I'll do any species, but the species I'd be interested in trying would be:
Wolf
Fox
Dragon / Any reptile actually
***Velociraptor <-- (Most interested in doing)
T-Rex

I'm also interested in some fictional species such as Pokémon or creatures from Monster Hunter. Speaking of those games, my favorite Pokémon I'd like to do would be Charizard, Typhlosion, and Zoroark. The monsters from Monster Hunter I'd absolutely love to do would be Rathalos, Great Jaggi, Zinogre, Legiana, and Xeno'jiiva.

I'll do any fetish, and I like to do hyper.


----------



## Alphawolf456 (Jul 20, 2018)

Omegatrash said:


> I'm looking for someone to rp with in a NSFW transformation roleplay, centered around humans transforming into animals. I'm fine with all fetishes, species, and genders, although I lean toward m/m. I'm fine using discord or private chat, but know that I am pretty new to this, so I'll probably flop a little.



Hey there I seem interested in this. are you still open for an rp?


----------



## Omegatrash (Jul 20, 2018)

Alphawolf456 said:


> Hey there I seem interested in this. are you still open for an rp?

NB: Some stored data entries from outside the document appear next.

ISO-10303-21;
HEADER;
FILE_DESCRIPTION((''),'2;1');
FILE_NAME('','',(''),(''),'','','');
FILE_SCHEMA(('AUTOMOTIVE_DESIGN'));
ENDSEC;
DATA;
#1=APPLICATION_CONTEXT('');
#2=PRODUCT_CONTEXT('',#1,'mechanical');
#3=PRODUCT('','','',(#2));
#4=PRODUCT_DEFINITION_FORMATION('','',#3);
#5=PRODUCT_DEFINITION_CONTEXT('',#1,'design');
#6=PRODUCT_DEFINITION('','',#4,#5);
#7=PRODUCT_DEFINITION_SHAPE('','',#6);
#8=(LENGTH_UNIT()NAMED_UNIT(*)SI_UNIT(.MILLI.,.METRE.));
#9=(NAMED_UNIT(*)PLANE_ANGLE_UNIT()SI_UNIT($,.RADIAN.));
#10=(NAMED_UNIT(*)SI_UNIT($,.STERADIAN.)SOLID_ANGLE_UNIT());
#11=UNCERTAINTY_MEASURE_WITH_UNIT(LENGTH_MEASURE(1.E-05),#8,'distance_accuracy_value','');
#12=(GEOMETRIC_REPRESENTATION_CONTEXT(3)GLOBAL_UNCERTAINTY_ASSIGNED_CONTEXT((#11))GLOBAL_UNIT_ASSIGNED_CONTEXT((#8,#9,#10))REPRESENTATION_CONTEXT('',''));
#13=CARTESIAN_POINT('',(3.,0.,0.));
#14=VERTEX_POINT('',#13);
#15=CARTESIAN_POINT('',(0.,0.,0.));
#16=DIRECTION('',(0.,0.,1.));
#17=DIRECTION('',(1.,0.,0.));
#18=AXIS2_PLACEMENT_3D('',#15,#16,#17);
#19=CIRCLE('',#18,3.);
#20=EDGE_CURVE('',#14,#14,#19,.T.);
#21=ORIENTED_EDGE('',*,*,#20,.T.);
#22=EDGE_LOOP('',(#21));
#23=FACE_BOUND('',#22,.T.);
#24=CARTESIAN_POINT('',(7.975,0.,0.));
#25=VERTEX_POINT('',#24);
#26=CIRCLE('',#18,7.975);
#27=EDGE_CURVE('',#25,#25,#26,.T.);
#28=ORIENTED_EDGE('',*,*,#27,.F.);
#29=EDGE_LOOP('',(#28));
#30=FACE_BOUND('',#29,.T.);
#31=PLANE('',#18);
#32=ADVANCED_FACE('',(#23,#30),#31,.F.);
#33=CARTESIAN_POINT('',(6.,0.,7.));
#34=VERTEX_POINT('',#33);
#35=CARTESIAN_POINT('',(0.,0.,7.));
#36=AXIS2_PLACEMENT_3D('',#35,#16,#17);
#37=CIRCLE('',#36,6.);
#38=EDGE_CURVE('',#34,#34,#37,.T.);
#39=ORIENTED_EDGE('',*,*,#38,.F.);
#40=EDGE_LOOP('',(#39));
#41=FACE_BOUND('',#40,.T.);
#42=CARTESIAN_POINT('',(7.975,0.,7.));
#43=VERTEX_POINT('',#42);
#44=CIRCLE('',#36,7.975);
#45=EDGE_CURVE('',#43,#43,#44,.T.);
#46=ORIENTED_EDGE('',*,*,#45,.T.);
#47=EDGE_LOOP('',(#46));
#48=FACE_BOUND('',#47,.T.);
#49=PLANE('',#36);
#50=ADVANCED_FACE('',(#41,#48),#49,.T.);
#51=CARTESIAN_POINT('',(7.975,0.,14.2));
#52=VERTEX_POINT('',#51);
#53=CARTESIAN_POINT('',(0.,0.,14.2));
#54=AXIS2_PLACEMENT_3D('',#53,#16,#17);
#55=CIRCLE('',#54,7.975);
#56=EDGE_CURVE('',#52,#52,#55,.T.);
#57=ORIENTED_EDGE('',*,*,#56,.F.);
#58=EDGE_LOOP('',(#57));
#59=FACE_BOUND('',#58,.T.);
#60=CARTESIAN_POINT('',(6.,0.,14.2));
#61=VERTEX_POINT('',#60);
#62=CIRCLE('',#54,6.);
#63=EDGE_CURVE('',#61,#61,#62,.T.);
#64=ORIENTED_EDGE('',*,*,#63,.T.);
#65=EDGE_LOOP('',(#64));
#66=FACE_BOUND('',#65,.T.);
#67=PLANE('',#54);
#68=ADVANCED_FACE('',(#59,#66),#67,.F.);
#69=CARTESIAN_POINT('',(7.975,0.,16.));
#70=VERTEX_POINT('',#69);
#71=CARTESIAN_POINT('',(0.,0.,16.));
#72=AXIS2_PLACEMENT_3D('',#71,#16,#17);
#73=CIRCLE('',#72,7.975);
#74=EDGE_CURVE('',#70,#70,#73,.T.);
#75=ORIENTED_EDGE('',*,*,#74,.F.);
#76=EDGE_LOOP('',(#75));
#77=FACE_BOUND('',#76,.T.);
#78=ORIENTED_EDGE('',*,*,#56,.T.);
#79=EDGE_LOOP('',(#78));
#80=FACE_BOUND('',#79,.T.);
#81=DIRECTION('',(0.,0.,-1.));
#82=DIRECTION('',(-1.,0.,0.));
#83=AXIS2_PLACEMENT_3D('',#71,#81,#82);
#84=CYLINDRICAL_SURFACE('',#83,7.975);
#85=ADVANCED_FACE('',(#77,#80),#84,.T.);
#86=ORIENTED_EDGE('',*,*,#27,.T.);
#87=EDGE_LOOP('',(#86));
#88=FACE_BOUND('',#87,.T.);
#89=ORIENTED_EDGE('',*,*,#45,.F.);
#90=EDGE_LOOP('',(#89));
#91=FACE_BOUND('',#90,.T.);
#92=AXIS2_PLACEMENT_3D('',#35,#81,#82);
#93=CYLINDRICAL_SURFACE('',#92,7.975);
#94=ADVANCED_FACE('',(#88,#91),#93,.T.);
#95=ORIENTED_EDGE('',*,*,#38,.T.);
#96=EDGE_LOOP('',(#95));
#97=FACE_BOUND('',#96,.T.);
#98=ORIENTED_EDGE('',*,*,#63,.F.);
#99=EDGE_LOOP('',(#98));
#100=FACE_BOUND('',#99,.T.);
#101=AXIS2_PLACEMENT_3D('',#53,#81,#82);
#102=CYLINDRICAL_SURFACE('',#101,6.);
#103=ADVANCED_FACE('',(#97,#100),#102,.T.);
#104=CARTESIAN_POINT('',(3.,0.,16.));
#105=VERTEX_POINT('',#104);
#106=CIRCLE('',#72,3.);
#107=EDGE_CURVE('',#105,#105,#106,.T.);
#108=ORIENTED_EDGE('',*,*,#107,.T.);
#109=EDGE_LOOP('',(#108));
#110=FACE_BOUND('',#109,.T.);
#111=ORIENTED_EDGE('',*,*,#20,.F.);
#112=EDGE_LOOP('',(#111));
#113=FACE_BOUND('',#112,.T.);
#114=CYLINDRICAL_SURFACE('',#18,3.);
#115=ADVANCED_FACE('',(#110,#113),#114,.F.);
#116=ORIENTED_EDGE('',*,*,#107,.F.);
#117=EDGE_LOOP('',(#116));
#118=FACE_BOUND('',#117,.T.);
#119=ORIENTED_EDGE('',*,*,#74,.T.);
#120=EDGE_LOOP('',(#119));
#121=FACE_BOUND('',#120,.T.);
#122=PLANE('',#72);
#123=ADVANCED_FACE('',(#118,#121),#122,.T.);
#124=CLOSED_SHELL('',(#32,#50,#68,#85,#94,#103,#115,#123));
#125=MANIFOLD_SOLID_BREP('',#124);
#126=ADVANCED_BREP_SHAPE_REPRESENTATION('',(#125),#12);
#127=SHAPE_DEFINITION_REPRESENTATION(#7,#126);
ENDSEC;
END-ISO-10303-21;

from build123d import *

# Parameters (mm, degrees)
SKETCH_1_R          = 7.975
EXTRUDE_1_DEPTH     = 7
SKETCH_2_R          = 6
EXTRUDE_2_DEPTH     = 7.2
SKETCH_3_R          = 7.975
EXTRUDE_3_DEPTH     = 1.8
SKETCH_4_R          = 3
CUT_EXTRUDE_1_DEPTH = 20.575526813


with BuildPart() as part:
    # 草图1 → 凸台-拉伸1 (new body)
    with BuildSketch(Plane.XY):
        Circle(SKETCH_1_R)
    extrude(amount=EXTRUDE_1_DEPTH)

    # 草图2 → 凸台-拉伸2 (add)
    with BuildSketch(Plane.XY.offset(7)):
        Circle(SKETCH_2_R)
    extrude(amount=EXTRUDE_2_DEPTH)

    # 草图3 → 凸台-拉伸3 (add)
    with BuildSketch(Plane.XY.offset(14.2)):
        Circle(SKETCH_3_R)
    extrude(amount=EXTRUDE_3_DEPTH)

    # 草图4 → 切除-拉伸1 (cut, through all)
    with BuildSketch(Plane.XY.offset(16)):
        Circle(SKETCH_4_R)
    extrude(amount=-CUT_EXTRUDE_1_DEPTH, mode=Mode.SUBTRACT)


solid = part.part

Yep. I can use discord or whatever the forums have. I'm not very used to this place >~<


----------



## Alphawolf456 (Jul 20, 2018)

Omegatrash said:


> Yep. I can use discord or whatever the forums have. I'm not very used to this place >~<



hmm well I tell you now I dont have discord I mainly rp here on the private messages. is that alright with you?


----------



## Omegatrash (Jul 20, 2018)

Alphawolf456 said:


> hmm well I tell you now I dont have discord I mainly rp here on the private messages. is that alright with you?


Yeah.


----------



## Alphawolf456 (Jul 20, 2018)

Omegatrash said:


> Yeah.



alright just tell me how you would like this rp and we can get things started


----------



## Omegatrash (Jul 23, 2018)

Alphawolf456 said:


> alright just tell me how you would like this rp and we can get things started


Is it okay if you decide how you'd like it? I'm fine doing it myself, but I prefer to have others do it instead.


----------



## Universe (Jul 30, 2018)

I’m in


----------



## Omegatrash (Jul 30, 2018)

The Universe said:


> I’m in


Alright, how do you want to do it? Discord or pm?


----------



## Universe (Jul 30, 2018)

Discord


----------



## Alphawolf456 (Jul 30, 2018)

Omegatrash said:


> Is it okay if you decide how you'd like it? I'm fine doing it myself, but I prefer to have others do it instead.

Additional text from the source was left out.